- TASK OBJECTIVE:
Restrict the output to the lines below starting at the one that contains "f 254 688 253" and ending at the one that contains "f 947 723 726", and restate them word for word, both ends included.

- SUPPLIED ENTRIES:
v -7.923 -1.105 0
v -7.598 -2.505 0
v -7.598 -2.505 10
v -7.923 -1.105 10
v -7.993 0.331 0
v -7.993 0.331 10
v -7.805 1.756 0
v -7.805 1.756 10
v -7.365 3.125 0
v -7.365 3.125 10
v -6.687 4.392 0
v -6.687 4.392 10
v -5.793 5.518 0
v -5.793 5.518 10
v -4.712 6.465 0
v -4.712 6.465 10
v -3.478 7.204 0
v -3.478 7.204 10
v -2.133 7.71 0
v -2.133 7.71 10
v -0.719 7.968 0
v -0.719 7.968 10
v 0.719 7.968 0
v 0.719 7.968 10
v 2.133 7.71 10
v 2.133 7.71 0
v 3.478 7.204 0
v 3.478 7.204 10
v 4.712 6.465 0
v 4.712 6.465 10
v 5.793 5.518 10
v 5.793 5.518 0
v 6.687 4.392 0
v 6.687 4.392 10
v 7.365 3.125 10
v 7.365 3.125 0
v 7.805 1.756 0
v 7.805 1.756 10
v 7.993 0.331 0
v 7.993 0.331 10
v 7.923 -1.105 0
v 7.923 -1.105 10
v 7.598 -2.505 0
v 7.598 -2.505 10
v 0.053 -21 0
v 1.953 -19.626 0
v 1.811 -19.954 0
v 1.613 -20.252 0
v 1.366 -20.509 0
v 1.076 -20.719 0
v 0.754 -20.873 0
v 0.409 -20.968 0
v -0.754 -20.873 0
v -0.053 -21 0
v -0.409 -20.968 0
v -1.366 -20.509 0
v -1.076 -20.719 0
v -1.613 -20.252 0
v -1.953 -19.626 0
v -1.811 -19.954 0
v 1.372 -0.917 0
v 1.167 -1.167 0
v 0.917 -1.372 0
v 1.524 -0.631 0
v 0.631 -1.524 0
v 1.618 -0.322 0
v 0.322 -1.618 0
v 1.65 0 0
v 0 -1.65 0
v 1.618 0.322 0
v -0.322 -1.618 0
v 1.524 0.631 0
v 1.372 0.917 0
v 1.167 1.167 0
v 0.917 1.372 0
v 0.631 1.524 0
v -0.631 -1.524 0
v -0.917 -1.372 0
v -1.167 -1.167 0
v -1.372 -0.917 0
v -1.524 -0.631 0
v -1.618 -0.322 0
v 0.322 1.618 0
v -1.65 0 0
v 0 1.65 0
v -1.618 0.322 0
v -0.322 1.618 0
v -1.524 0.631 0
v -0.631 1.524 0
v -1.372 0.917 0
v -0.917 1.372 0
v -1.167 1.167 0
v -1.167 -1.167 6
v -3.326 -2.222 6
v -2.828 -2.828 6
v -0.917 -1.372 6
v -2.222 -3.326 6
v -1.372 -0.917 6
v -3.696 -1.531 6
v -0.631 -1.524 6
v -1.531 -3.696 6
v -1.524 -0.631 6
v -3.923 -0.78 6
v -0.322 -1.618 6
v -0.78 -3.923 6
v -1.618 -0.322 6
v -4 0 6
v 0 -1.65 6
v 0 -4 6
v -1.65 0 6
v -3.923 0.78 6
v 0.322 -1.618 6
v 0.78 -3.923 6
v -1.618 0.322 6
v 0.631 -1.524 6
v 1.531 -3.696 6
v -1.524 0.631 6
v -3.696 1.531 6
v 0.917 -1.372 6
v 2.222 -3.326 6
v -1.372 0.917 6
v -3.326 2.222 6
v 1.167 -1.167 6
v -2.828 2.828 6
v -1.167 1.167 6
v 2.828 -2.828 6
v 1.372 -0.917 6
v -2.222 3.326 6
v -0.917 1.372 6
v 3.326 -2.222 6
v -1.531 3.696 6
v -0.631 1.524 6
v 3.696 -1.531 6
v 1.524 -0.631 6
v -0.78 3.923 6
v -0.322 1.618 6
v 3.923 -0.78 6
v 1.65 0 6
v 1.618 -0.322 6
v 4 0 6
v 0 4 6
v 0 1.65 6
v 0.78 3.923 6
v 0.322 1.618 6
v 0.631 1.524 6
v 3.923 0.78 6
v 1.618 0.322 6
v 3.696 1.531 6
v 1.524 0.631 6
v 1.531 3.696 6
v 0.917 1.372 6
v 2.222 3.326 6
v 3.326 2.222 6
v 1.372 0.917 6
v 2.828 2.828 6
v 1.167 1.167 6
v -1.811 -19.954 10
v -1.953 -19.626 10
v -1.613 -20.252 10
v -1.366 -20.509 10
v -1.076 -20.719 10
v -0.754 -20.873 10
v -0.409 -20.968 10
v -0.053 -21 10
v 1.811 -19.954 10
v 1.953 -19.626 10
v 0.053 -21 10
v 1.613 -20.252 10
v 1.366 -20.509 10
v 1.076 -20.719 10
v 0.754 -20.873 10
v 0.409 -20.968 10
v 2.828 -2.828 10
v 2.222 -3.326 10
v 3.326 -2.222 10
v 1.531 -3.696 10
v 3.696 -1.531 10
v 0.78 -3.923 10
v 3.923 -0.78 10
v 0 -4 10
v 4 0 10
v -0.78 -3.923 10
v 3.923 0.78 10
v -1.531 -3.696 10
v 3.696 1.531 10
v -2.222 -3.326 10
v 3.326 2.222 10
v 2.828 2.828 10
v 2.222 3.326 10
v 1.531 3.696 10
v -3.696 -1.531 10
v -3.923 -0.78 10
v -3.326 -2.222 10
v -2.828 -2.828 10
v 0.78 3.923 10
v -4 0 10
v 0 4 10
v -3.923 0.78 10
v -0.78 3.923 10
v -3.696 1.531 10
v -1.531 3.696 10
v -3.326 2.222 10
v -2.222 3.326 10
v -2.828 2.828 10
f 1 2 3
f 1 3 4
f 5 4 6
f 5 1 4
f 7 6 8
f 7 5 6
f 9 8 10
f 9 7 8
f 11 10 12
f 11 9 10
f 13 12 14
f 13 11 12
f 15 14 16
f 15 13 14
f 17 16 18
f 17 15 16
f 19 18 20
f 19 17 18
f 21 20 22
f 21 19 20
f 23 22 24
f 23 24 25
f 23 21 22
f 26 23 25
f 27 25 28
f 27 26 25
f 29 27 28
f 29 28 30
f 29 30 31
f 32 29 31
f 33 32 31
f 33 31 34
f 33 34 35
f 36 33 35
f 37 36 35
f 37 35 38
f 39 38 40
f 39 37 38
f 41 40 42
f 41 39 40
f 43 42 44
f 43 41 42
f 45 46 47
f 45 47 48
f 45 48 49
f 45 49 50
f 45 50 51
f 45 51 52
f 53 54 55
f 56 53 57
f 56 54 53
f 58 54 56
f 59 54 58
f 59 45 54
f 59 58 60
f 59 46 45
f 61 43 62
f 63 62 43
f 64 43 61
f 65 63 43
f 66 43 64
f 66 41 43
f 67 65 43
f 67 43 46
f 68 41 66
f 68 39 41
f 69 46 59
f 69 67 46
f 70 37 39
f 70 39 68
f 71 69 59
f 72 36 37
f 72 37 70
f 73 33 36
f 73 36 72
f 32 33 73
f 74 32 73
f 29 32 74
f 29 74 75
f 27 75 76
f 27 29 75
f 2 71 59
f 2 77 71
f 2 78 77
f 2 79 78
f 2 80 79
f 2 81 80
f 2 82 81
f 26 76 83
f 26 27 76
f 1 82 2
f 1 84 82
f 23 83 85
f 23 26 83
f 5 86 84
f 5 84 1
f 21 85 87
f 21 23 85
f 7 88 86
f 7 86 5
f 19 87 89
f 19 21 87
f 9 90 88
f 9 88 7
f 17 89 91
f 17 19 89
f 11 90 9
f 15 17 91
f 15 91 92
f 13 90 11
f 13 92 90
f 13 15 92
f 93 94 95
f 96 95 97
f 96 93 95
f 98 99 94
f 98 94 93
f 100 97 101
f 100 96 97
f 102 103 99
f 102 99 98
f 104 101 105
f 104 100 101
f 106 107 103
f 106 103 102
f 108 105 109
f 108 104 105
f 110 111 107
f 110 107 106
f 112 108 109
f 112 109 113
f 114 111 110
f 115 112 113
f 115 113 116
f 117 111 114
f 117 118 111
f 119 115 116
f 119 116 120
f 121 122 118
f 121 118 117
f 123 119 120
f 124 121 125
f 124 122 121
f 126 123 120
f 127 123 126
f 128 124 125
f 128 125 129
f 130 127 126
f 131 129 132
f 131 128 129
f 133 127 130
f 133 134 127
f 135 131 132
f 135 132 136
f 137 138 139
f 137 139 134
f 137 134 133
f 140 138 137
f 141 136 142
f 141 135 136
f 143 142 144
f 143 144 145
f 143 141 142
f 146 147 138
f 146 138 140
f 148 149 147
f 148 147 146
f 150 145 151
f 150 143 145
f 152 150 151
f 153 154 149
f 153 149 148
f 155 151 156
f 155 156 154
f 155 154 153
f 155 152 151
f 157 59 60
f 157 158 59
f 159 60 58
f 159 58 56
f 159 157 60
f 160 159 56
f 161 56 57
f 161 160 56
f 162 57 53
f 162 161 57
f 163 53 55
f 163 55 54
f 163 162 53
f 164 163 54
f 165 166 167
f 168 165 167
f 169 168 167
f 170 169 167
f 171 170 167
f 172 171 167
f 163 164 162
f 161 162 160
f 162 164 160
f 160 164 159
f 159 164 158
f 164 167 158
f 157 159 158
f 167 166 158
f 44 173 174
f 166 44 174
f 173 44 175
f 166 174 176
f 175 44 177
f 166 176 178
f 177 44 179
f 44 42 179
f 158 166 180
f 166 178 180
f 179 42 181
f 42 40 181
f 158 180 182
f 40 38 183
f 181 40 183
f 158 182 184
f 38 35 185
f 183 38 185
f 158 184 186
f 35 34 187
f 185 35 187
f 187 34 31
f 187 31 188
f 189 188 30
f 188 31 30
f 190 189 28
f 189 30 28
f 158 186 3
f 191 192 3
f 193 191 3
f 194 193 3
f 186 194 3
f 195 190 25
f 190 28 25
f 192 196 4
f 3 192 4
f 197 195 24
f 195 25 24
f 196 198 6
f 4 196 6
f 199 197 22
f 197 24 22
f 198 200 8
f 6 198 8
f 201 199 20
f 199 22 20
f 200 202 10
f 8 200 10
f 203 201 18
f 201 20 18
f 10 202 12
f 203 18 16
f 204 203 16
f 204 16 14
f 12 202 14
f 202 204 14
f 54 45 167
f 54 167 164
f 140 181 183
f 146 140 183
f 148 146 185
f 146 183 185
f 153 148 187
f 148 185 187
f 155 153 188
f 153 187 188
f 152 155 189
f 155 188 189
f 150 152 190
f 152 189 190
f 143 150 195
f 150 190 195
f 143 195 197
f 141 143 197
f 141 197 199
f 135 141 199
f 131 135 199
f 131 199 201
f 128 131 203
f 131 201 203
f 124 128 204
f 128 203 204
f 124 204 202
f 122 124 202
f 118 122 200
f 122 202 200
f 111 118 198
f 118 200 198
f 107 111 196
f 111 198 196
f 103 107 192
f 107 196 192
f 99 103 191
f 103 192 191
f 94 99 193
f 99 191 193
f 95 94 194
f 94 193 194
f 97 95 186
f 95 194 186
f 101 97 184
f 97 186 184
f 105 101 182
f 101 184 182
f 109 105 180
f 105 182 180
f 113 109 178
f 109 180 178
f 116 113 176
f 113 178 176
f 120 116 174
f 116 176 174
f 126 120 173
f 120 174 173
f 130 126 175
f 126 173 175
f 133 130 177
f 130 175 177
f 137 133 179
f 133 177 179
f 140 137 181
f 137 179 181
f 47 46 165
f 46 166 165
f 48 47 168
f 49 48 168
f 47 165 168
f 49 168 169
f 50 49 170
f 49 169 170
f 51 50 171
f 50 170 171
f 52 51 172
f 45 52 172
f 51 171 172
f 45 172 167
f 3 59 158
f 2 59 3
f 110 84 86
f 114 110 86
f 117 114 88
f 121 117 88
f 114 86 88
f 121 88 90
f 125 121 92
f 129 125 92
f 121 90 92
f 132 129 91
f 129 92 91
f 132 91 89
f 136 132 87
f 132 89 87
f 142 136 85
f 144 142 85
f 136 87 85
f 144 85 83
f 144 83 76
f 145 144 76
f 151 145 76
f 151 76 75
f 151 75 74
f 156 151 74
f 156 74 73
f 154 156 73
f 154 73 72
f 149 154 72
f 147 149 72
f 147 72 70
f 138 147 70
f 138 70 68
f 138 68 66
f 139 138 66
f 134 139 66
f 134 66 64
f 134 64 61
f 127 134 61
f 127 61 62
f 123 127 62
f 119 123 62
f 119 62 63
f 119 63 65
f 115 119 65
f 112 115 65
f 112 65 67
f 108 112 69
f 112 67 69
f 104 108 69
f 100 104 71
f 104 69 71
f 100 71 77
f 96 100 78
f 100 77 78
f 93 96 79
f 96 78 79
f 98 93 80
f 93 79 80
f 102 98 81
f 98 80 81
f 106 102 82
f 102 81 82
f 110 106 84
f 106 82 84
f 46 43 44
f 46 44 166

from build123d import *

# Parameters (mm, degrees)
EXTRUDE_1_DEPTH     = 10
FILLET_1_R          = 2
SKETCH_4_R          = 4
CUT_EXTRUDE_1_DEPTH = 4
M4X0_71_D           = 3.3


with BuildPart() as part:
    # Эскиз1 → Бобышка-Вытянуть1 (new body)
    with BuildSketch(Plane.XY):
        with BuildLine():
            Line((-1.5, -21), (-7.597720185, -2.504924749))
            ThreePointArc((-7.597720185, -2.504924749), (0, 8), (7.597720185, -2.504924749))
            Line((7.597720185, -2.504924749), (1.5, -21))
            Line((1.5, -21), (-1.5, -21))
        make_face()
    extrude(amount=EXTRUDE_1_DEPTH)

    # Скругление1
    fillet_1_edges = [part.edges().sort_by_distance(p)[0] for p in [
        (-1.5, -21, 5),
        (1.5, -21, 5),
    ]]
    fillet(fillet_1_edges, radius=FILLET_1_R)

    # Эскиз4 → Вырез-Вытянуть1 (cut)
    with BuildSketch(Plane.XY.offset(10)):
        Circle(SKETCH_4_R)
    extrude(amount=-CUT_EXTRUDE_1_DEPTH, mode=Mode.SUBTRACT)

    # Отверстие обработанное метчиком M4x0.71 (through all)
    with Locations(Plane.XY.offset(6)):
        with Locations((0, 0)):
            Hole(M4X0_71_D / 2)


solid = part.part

==

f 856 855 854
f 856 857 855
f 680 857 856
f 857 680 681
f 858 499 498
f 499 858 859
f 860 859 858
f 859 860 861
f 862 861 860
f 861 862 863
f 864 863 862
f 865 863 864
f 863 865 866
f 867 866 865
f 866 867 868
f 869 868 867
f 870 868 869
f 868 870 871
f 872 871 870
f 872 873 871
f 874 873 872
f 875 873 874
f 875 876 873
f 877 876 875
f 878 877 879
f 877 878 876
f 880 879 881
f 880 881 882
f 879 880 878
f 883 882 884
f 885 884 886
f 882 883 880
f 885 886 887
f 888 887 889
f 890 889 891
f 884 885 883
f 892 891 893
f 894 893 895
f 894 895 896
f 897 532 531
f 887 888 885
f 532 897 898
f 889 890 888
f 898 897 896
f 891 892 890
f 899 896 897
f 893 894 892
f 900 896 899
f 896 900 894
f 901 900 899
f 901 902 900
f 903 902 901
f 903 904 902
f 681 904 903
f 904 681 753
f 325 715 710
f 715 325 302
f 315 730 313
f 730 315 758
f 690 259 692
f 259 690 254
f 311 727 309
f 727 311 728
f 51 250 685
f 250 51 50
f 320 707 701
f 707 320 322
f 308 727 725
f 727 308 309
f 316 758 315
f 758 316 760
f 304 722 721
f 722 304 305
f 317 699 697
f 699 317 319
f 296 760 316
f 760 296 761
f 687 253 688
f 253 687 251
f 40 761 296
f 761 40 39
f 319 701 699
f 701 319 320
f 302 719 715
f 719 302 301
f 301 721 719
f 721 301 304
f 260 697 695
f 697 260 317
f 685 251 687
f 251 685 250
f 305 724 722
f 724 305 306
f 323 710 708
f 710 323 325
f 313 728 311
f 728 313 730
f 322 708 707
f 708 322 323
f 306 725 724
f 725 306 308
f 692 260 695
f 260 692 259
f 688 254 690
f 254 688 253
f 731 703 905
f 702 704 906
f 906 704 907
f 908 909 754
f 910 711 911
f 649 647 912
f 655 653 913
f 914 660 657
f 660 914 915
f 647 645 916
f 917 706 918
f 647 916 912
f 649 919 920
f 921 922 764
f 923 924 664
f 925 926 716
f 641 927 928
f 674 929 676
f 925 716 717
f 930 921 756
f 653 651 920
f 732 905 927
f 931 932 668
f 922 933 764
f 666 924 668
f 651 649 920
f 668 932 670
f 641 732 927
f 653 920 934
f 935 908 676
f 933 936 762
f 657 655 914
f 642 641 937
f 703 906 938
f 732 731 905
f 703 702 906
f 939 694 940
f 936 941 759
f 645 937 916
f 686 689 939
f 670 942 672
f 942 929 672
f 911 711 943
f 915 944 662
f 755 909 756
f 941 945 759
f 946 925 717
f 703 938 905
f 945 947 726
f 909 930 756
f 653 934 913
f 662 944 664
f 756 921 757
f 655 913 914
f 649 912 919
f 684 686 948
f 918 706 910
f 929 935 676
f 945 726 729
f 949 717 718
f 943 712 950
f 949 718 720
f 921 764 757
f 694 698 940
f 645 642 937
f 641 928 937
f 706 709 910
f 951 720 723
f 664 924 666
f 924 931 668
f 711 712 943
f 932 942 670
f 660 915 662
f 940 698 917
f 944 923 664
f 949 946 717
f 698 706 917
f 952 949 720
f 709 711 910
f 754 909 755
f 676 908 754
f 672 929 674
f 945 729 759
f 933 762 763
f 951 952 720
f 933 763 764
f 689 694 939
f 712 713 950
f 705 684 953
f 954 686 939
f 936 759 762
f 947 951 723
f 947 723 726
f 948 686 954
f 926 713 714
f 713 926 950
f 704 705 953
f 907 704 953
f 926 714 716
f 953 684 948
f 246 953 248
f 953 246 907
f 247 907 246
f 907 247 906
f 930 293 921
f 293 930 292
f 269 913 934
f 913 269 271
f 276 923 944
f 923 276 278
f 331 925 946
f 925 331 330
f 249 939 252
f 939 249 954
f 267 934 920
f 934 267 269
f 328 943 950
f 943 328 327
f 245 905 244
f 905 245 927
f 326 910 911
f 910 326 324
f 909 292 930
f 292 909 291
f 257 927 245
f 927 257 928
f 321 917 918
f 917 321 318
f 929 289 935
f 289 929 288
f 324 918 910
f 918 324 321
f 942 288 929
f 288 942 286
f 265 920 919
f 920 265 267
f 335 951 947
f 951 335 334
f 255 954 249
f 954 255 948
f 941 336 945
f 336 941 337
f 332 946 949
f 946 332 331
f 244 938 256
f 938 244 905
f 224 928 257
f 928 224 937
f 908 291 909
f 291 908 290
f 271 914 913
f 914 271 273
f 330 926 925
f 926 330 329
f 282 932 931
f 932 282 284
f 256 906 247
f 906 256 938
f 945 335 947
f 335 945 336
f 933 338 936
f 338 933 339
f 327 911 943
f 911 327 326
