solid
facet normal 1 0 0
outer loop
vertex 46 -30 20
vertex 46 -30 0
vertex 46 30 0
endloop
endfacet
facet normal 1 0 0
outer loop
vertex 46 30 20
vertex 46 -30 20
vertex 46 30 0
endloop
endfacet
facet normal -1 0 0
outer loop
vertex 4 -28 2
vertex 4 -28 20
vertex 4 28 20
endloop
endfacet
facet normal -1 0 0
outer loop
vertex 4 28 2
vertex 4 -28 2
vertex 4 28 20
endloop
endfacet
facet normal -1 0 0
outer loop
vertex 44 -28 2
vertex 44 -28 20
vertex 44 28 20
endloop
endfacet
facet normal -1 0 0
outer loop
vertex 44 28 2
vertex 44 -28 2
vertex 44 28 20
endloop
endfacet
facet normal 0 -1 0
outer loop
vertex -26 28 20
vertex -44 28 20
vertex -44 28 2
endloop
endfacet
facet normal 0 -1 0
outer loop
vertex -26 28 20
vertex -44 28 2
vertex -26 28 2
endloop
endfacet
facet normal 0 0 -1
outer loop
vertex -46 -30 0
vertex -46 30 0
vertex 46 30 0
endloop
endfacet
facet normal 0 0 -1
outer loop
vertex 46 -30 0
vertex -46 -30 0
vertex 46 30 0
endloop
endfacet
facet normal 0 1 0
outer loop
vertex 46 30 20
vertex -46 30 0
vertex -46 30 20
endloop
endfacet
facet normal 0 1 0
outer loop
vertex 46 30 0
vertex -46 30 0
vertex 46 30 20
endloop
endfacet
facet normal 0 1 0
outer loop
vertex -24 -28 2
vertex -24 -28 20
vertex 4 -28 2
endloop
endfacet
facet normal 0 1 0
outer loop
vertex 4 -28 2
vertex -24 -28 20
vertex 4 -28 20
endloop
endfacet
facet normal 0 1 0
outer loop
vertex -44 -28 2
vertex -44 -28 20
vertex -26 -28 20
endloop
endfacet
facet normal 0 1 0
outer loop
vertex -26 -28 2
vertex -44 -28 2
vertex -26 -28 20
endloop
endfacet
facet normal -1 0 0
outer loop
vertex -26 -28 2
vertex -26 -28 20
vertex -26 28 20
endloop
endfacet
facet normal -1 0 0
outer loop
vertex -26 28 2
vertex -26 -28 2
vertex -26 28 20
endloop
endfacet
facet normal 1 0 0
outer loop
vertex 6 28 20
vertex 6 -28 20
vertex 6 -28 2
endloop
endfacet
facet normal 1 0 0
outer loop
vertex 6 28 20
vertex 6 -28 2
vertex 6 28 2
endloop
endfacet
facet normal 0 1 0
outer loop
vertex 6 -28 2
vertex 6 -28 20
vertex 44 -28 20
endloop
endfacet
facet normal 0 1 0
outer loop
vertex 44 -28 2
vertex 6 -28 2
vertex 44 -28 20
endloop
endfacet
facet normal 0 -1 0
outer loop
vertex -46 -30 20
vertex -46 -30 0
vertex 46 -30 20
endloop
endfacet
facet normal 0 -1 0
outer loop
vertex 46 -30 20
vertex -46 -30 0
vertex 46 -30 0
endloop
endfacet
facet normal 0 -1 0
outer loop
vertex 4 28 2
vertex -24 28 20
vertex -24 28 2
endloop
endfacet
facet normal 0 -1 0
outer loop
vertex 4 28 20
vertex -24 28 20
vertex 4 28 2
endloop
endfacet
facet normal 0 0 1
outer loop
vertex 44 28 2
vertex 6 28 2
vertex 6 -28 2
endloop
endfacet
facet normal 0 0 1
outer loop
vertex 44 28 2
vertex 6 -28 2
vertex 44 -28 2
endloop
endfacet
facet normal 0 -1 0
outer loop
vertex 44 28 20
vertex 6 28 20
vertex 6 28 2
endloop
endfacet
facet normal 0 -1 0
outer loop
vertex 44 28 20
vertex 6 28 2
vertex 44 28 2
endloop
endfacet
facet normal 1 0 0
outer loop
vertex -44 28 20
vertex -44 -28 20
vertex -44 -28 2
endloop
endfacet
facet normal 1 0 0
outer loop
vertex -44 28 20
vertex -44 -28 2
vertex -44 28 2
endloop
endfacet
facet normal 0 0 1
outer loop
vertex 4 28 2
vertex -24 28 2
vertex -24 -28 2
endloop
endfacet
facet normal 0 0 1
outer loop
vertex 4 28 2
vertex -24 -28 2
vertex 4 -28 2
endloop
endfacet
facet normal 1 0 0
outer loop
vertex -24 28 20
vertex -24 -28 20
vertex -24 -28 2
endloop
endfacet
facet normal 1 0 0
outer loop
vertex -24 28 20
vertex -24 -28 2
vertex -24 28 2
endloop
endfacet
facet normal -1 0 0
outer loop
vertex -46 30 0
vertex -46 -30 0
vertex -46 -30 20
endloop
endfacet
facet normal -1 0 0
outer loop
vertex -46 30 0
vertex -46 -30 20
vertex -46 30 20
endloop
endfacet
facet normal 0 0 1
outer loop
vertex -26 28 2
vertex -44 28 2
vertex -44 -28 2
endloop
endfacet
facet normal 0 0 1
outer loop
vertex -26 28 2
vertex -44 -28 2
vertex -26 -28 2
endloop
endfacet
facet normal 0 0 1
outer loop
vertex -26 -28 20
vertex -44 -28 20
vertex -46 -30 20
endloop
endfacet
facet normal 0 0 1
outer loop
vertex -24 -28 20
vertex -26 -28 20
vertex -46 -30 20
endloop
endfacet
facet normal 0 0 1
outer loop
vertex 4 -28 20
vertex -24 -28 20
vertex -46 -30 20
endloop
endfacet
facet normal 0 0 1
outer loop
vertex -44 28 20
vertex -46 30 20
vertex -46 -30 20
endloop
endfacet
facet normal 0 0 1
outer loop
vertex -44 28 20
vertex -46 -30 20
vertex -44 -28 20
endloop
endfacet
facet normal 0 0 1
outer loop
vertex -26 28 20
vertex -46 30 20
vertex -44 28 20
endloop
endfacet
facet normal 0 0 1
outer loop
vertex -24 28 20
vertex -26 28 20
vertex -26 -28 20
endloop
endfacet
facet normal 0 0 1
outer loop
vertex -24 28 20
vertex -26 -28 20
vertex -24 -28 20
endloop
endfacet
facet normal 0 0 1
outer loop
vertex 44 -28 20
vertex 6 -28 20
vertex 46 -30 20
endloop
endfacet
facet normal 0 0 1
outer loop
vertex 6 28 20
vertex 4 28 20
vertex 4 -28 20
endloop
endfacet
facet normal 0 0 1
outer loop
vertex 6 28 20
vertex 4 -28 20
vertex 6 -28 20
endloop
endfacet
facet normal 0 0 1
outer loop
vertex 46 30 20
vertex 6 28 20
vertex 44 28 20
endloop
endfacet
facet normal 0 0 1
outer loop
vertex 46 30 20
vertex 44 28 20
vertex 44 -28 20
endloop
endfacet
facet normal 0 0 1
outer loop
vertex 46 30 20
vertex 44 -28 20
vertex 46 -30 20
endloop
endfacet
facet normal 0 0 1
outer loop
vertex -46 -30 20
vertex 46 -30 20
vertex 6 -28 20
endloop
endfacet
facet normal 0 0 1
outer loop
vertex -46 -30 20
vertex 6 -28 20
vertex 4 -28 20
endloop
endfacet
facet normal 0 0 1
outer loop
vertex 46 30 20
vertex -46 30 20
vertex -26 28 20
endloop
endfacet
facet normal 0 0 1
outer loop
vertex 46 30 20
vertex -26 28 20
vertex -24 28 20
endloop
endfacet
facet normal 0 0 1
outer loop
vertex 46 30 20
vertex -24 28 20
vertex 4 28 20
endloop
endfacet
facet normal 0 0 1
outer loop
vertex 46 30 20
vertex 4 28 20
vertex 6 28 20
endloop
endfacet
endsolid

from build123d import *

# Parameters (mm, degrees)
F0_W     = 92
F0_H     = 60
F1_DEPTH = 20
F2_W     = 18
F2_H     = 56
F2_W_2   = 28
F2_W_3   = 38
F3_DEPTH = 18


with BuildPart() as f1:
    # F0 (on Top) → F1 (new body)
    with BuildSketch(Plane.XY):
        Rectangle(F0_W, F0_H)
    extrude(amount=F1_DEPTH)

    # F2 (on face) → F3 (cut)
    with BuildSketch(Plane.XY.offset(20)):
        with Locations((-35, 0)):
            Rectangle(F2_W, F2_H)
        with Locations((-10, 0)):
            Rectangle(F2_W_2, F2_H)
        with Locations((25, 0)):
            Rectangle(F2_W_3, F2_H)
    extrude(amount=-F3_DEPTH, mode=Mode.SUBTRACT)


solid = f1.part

- WRITTEN SOLUTION:
f 254 688 253
f 731 703 905
f 702 704 906
f 906 704 907
f 908 909 754
f 910 711 911
f 649 647 912
f 655 653 913
f 914 660 657
f 660 914 915
f 647 645 916
f 917 706 918
f 647 916 912
f 649 919 920
f 921 922 764
f 923 924 664
f 925 926 716
f 641 927 928
f 674 929 676
f 925 716 717
f 930 921 756
f 653 651 920
f 732 905 927
f 931 932 668
f 922 933 764
f 666 924 668
f 651 649 920
f 668 932 670
f 641 732 927
f 653 920 934
f 935 908 676
f 933 936 762
f 657 655 914
f 642 641 937
f 703 906 938
f 732 731 905
f 703 702 906
f 939 694 940
f 936 941 759
f 645 937 916
f 686 689 939
f 670 942 672
f 942 929 672
f 911 711 943
f 915 944 662
f 755 909 756
f 941 945 759
f 946 925 717
f 703 938 905
f 945 947 726
f 909 930 756
f 653 934 913
f 662 944 664
f 756 921 757
f 655 913 914
f 649 912 919
f 684 686 948
f 918 706 910
f 929 935 676
f 945 726 729
f 949 717 718
f 943 712 950
f 949 718 720
f 921 764 757
f 694 698 940
f 645 642 937
f 641 928 937
f 706 709 910
f 951 720 723
f 664 924 666
f 924 931 668
f 711 712 943
f 932 942 670
f 660 915 662
f 940 698 917
f 944 923 664
f 949 946 717
f 698 706 917
f 952 949 720
f 709 711 910
f 754 909 755
f 676 908 754
f 672 929 674
f 945 729 759
f 933 762 763
f 951 952 720
f 933 763 764
f 689 694 939
f 712 713 950
f 705 684 953
f 954 686 939
f 936 759 762
f 947 951 723
f 947 723 726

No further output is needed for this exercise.